Only one of the lugs on the wiring will fit on the large studs on the solenoid all the rest are small and would only go on the small stud.


----------



## Ulma Doctor (Mar 14, 2013)

the small solenoids on the top and sides of the hydraulic manifold operate the spools inside the manifold. the solenoids are electromagnets, that need power to actuate the spool. in other words the solenoid is energized becomes an electromagnet attracts the steel spool towards the solenoid uncovering ports within the manifold which direct hydraulic fluid to it's intended hydraulic circuit.
you might want to put the black wire large terminal on the big post on the power in solenoid, you will also put your battery cable here on the same post.
this will give  + to the switches.




the first question i would ask is what is the voltage we are dealing with? 12V or 24dc ?


----------



## Charley Davidson (Mar 14, 2013)

I believe it's 12 volt.  The 2 solenoids have 2 yellow wires each and one from each solenoid is tied together.


----------



## Ulma Doctor (Mar 14, 2013)

cool those solenoids are being powered together.
it's a simple matter of directing power through the switch to the solenoid to actuate which solenoid you wish to control,



in DC power,  red is +,  black is -, green is ground in most systems, if you are going to change wire colors make sure you know where the wires are going and either mark the wires or make a drawing to help out later on
let me know if it helps out, i'll try to explain in a different way if necessary.


----------



## Charley Davidson (Mar 14, 2013)

The white, black, green all come out of the up, down controller.


----------



## Ulma Doctor (Mar 14, 2013)

i was just looking at that, the wire colors are throwing me off ...lol


----------



## Ulma Doctor (Mar 14, 2013)

is the white wire being connected to the 2 yellow leads?


----------



## Ulma Doctor (Mar 14, 2013)

it appears that the green and white will go on the same small terminal, unless i'm mistaken.
i'll double check to make sure...i did it's the only way i found that makes sense.


----------



## JOSHUAZ2 (Mar 15, 2013)

more pictures would be better but i can explain the switch wiring and what it does. the black wire is +12V it supplies the switch with power from the large solenoid bolt on the left. the green wire runs to the solenoid small tap on top which energizes the solenoid starting the motor when either the up or down button is pressed. the white wire should go to the solenoid's but you never show the ends of some of the wires so i cant be sure. i will dig thru my hydraulics books and see if i can find that valve block and assist you with that. +12vdc should land on the large solenoid bolt with the black from the switch. gnd will go anywhere on the chassis. when i say solenoid i am talking about the solenoid on the electric motor not the hydraulic solenoid's

the way i see it working is when you press up 12v runs from the black to the green starting the motor and fluid exits one of the ports.  when you press down 12v runs to the green and white wire, the green again starts the motor and the white actuates the two solenoids closing one valve and opening the other causing oil to exit the other port. the third port confuses me though. where is the reservoir more pics would be appreciated.

Roy


----------



## Charley Davidson (Mar 15, 2013)

I will take more pics tonight and post them in the am.
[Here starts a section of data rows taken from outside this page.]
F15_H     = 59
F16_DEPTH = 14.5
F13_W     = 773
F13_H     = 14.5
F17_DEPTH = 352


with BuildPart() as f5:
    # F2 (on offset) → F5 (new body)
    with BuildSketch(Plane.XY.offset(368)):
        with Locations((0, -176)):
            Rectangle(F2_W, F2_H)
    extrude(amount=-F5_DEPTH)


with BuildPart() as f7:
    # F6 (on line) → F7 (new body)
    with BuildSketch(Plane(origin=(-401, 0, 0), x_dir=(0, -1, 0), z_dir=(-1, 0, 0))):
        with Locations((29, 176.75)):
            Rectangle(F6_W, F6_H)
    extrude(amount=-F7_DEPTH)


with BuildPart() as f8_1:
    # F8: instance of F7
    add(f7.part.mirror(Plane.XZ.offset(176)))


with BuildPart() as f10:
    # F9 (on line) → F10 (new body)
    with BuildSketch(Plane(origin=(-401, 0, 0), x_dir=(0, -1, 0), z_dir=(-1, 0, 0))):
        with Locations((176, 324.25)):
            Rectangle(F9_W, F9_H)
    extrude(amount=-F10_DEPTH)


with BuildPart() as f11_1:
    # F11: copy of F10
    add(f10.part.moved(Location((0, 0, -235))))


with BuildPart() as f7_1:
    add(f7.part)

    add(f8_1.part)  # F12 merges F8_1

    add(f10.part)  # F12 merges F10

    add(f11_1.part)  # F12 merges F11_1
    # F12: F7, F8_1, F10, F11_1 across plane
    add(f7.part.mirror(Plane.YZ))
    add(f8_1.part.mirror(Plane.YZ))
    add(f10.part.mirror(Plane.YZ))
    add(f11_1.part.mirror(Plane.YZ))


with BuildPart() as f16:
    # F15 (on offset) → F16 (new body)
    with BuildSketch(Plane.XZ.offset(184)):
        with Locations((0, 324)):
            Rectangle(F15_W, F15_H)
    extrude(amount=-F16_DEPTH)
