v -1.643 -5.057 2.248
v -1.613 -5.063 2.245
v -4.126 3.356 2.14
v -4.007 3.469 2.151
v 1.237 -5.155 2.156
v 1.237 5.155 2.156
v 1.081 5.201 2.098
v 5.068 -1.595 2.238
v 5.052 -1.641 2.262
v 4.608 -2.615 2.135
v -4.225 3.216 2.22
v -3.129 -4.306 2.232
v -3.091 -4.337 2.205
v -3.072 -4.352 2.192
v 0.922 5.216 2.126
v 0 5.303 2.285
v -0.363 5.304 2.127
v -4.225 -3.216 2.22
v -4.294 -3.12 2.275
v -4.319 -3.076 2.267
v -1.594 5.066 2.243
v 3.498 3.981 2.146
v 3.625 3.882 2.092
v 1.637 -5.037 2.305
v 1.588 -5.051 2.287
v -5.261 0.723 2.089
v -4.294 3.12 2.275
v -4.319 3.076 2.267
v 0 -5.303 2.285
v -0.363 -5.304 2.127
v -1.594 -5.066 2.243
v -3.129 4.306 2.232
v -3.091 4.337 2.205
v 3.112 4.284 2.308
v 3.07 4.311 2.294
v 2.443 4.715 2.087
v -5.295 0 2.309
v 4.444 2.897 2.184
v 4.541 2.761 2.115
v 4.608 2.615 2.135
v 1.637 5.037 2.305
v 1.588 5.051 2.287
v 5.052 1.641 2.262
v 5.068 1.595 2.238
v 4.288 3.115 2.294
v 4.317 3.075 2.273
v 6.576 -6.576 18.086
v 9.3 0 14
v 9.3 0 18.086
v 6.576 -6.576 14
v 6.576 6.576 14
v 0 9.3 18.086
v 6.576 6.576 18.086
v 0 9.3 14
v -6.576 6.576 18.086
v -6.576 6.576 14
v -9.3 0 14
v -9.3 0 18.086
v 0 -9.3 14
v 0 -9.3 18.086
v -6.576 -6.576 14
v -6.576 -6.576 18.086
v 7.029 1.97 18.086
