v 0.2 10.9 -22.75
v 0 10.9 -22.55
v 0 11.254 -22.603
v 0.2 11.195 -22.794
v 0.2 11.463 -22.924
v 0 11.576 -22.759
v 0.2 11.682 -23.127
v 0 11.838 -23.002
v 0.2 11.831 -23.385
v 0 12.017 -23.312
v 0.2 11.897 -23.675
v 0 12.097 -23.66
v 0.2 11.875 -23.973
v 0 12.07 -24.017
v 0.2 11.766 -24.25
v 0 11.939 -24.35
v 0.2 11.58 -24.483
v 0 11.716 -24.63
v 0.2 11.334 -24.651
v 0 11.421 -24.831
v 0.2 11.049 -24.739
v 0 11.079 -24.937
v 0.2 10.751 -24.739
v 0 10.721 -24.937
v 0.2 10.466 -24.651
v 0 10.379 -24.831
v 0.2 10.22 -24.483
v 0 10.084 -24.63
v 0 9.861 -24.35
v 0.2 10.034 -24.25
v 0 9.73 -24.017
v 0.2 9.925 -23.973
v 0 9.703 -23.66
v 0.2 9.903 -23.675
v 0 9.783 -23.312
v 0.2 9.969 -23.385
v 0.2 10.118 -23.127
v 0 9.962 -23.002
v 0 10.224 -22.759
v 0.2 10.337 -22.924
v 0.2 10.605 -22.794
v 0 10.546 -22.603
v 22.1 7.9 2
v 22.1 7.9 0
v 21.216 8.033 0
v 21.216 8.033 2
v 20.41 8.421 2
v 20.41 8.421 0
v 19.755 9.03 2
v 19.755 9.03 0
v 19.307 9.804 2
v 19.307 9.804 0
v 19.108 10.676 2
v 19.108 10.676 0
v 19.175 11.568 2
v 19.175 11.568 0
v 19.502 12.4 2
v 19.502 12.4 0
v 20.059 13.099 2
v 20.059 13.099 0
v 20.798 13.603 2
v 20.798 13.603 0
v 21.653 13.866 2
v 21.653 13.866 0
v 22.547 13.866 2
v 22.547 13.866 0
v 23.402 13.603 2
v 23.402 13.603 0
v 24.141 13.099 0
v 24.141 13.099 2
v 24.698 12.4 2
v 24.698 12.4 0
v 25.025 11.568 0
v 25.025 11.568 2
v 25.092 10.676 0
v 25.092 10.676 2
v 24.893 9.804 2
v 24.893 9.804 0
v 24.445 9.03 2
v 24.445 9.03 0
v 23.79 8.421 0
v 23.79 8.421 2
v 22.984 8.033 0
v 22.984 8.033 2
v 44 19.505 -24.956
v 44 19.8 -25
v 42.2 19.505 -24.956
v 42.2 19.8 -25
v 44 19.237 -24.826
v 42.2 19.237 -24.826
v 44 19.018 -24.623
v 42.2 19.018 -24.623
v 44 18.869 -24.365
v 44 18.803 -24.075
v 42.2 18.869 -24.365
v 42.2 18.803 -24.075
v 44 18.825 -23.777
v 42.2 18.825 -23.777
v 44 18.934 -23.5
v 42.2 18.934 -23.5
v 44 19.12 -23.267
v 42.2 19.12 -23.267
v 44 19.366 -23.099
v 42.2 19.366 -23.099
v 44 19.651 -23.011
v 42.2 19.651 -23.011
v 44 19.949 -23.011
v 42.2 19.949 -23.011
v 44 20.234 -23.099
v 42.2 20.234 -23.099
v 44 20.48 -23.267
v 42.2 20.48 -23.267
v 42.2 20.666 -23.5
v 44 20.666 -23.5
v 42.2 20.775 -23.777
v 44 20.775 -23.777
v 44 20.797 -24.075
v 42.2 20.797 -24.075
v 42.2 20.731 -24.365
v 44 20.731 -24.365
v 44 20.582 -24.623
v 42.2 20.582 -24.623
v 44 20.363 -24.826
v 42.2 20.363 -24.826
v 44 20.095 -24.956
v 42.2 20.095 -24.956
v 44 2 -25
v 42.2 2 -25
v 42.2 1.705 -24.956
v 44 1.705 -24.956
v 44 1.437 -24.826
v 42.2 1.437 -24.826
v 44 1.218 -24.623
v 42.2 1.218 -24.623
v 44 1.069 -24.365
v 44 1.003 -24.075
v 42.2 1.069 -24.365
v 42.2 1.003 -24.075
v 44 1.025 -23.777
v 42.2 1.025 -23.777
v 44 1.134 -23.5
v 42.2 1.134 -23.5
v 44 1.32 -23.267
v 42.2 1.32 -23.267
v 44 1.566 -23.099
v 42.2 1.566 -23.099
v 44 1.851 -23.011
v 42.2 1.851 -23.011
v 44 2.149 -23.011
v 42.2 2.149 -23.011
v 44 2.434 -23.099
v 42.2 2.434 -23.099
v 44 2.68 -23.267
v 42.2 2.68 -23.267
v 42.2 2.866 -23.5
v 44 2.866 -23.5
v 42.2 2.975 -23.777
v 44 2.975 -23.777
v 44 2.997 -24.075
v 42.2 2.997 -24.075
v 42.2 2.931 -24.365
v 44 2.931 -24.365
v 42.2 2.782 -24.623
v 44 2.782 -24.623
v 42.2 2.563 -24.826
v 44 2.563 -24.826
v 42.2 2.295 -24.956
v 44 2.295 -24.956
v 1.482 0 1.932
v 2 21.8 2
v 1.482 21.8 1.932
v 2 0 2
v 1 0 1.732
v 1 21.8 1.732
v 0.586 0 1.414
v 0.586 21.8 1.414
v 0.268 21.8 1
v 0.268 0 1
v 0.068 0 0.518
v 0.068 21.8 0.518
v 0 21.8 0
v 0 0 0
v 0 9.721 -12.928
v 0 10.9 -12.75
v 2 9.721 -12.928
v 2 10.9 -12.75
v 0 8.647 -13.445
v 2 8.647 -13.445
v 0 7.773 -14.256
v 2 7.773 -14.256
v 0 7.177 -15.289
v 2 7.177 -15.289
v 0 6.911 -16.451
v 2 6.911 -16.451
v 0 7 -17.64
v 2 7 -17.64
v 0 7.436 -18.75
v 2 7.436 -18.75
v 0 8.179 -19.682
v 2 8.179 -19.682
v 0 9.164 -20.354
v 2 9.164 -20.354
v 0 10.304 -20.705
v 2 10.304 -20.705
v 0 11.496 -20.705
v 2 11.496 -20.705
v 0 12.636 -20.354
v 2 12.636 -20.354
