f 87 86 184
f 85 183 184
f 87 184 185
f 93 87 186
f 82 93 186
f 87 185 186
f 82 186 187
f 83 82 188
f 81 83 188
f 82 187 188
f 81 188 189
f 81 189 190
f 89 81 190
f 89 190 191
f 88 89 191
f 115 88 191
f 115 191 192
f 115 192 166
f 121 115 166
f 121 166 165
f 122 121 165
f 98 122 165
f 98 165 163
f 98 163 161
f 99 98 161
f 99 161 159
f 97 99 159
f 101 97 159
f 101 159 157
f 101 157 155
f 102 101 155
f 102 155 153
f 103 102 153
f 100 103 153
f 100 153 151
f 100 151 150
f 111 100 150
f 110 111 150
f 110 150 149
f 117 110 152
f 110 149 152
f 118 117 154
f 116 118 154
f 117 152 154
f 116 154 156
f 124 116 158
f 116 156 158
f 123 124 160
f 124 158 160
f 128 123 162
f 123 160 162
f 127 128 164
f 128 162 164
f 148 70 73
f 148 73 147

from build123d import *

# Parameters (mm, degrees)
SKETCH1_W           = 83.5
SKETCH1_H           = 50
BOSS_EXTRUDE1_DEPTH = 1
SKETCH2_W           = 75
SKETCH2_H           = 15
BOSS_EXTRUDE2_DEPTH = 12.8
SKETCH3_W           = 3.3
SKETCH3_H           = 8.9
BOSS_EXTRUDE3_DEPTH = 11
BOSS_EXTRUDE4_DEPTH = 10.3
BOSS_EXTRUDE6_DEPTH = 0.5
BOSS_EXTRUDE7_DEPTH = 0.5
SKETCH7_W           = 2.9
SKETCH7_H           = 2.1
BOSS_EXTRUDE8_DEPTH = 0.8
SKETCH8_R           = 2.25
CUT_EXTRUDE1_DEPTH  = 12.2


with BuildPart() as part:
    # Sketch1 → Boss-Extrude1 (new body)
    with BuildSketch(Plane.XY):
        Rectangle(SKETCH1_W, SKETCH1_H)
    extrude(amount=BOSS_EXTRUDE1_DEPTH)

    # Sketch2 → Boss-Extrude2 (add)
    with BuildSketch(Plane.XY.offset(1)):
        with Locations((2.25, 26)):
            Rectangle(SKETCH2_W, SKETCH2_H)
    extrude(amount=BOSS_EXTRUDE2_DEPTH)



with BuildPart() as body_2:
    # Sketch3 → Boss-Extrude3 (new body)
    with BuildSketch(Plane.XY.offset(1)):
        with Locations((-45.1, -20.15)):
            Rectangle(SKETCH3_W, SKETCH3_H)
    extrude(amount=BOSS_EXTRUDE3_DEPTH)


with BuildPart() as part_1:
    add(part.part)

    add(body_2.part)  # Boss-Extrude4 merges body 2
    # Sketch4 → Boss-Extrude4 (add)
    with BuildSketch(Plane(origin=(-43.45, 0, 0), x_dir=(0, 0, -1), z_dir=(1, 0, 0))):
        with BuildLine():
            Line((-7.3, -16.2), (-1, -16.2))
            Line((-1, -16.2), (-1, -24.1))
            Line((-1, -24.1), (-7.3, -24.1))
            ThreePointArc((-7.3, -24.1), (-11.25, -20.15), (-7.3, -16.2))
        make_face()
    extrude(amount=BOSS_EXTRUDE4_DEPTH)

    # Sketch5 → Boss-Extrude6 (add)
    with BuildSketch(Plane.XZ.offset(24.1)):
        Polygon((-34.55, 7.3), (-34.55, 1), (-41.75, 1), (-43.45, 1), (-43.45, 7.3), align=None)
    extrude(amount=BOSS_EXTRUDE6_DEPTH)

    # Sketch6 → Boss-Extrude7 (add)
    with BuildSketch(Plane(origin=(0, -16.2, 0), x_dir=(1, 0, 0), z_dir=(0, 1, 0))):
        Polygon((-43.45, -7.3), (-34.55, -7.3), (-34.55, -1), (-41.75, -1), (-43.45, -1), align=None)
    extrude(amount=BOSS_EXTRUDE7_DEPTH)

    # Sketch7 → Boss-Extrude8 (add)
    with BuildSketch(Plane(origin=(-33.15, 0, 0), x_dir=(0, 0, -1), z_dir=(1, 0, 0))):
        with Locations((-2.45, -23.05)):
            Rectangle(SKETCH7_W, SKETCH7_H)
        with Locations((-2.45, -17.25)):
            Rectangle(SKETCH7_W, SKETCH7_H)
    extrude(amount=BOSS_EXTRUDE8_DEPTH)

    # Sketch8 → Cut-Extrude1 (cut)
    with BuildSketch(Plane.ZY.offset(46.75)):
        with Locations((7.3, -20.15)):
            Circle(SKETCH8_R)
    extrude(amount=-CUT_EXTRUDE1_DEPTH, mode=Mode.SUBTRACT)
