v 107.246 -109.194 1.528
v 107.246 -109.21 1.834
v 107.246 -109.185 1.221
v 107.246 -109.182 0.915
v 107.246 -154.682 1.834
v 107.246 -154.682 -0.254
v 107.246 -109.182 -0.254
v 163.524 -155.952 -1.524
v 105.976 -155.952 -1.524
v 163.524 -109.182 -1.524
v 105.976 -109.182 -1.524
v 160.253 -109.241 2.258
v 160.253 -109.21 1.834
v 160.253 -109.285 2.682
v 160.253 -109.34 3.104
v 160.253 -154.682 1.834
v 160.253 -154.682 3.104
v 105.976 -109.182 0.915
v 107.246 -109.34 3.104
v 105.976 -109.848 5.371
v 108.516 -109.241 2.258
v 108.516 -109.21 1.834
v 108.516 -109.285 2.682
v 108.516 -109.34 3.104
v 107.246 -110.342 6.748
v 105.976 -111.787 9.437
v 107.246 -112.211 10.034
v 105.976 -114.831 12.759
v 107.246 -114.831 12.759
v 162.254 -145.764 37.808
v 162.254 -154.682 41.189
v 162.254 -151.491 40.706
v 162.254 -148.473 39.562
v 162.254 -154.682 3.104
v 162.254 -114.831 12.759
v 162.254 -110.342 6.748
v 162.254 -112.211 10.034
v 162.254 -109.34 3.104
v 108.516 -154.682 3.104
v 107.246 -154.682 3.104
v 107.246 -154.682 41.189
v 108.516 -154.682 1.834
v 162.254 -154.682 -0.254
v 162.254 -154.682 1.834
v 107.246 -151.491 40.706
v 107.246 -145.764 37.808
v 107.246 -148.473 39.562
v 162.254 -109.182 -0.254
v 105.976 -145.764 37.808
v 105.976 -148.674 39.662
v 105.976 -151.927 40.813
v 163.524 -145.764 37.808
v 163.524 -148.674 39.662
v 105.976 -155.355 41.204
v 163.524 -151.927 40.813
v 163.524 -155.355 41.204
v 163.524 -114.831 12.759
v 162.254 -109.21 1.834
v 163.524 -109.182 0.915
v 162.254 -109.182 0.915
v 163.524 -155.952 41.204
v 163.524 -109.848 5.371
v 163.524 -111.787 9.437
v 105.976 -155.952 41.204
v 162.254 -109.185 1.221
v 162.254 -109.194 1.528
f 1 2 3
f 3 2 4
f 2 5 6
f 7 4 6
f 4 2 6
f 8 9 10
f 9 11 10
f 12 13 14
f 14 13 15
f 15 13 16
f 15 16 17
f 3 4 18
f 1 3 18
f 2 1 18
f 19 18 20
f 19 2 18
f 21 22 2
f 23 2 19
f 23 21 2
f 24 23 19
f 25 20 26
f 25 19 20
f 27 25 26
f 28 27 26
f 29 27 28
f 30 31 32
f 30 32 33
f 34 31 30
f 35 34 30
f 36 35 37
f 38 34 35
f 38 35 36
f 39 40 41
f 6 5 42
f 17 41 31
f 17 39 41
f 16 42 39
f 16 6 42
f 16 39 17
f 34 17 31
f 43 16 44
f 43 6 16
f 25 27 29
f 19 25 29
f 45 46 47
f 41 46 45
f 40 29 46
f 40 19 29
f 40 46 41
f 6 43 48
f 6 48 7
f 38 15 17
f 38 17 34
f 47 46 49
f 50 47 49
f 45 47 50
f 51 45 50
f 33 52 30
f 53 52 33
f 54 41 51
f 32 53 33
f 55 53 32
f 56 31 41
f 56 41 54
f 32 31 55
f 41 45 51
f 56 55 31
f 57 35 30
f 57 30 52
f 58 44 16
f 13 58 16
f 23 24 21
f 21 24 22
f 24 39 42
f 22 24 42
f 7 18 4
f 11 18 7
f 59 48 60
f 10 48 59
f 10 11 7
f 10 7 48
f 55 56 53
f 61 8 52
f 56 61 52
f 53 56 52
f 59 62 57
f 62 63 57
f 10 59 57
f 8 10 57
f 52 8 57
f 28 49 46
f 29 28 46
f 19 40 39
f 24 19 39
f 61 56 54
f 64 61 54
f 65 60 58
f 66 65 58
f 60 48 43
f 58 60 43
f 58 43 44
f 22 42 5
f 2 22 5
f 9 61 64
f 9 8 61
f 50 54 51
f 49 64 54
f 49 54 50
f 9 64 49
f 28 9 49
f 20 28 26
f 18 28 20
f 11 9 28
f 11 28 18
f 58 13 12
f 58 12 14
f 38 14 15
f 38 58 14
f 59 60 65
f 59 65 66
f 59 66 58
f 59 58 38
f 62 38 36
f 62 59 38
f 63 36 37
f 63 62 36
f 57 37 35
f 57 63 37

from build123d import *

# Parameters (mm, degrees)
BOSS_EXTRUDE1_DEPTH = 45.5
SKETCH2_W           = 57.548
SKETCH2_H           = 4.628
BOSS_EXTRUDE2_DEPTH = 1.27
BOSS_EXTRUDE3_DEPTH = 38.1
CHAMFER2_SIZE       = 33.02
CHAMFER2_SIZE2      = 40.776304109
FILLET2_R           = 15.24
FILLET3_R           = 15.24


with BuildPart() as part:
    # Sketch1 → Boss-Extrude1 (new body)
    with BuildSketch(Plane.XZ.offset(154.681799526)):
        Polygon((108.516, 1.834), (107.246, 1.834), (107.246, -0.254), (146.442611067, -0.254), (162.254, -0.254), (162.254, 1.834), (160.252914004, 1.834), (160.252914004, 3.104), (163.524, 3.104), (163.524, -1.524), (105.976, -1.524), (105.976, 3.104), (108.516, 3.104), align=None)
    extrude(amount=-BOSS_EXTRUDE1_DEPTH)

    # Sketch2 → Boss-Extrude2 (add)
    with BuildSketch(Plane.XZ.offset(154.681799526)):
        with Locations((134.75, 0.79)):
            Rectangle(SKETCH2_W, SKETCH2_H)
    extrude(amount=BOSS_EXTRUDE2_DEPTH)

    # Sketch8 → Boss-Extrude3 (add)
    with BuildSketch(Plane.XY.offset(3.104)):
        Polygon((105.976, -109.181799526), (107.246, -109.181799526), (107.246, -154.681799526), (162.254, -154.681799526), (162.254, -109.181799526), (163.524, -109.181799526), (163.524, -155.951799526), (105.976, -155.951799526), align=None)
    extrude(amount=BOSS_EXTRUDE3_DEPTH)

    # Chamfer2
    chamfer2_edges = [part.edges().sort_by_distance(p)[0] for p in [
        (162.889, -109.181799526, 41.204),
        (106.611, -109.181799526, 41.204),
    ]]
    chamfer2_side = [part.faces().sort_by_distance(p)[0] for p in [
        (107.881, -109.181799526, 2.550760371),
    ]]
    chamfer(chamfer2_edges, length=CHAMFER2_SIZE, length2=CHAMFER2_SIZE2, reference=chamfer2_side[0])

    # Fillet2
    fillet2_edges = [part.edges().sort_by_distance(p)[0] for p in [
        (162.889, -109.181799526, 8.184),
        (106.611, -109.181799526, 8.184),
    ]]
    fillet(fillet2_edges, radius=FILLET2_R)

    # Fillet3
    fillet3_edges = [part.edges().sort_by_distance(p)[0] for p in [
        (106.611, -149.958103635, 41.204),
    ]]
    fillet(fillet3_edges, radius=FILLET3_R)


solid = part.part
Thanks for the help, I also have a second pump of a similar type I'll post, don't know if either work or not.


----------



## Charley Davidson (Mar 16, 2013)

White wire goes to a yellow on one of the spool solenoids and the other yellow on that solenoid ties to a yellow on the other spool solenoid. White wire comes out of controller.

It is a self contained unit, the reservoir is the tank on the end of the motor, this is a power unit for a dump bed for a pickup truck.

The cylinder is one of 2 being used

What are the 2 black things on the pump block?


----------



## JOSHUAZ2 (Mar 16, 2013)

ok the two wires that are wired together go to ground and the white lands with the green on the small motor solenoid terminal.


----------



## Charley Davidson (Mar 16, 2013)

JOSHUAZ2 said:


> ok the two wires that are wired together go to ground and the white lands with the green on the small motor solenoid terminal.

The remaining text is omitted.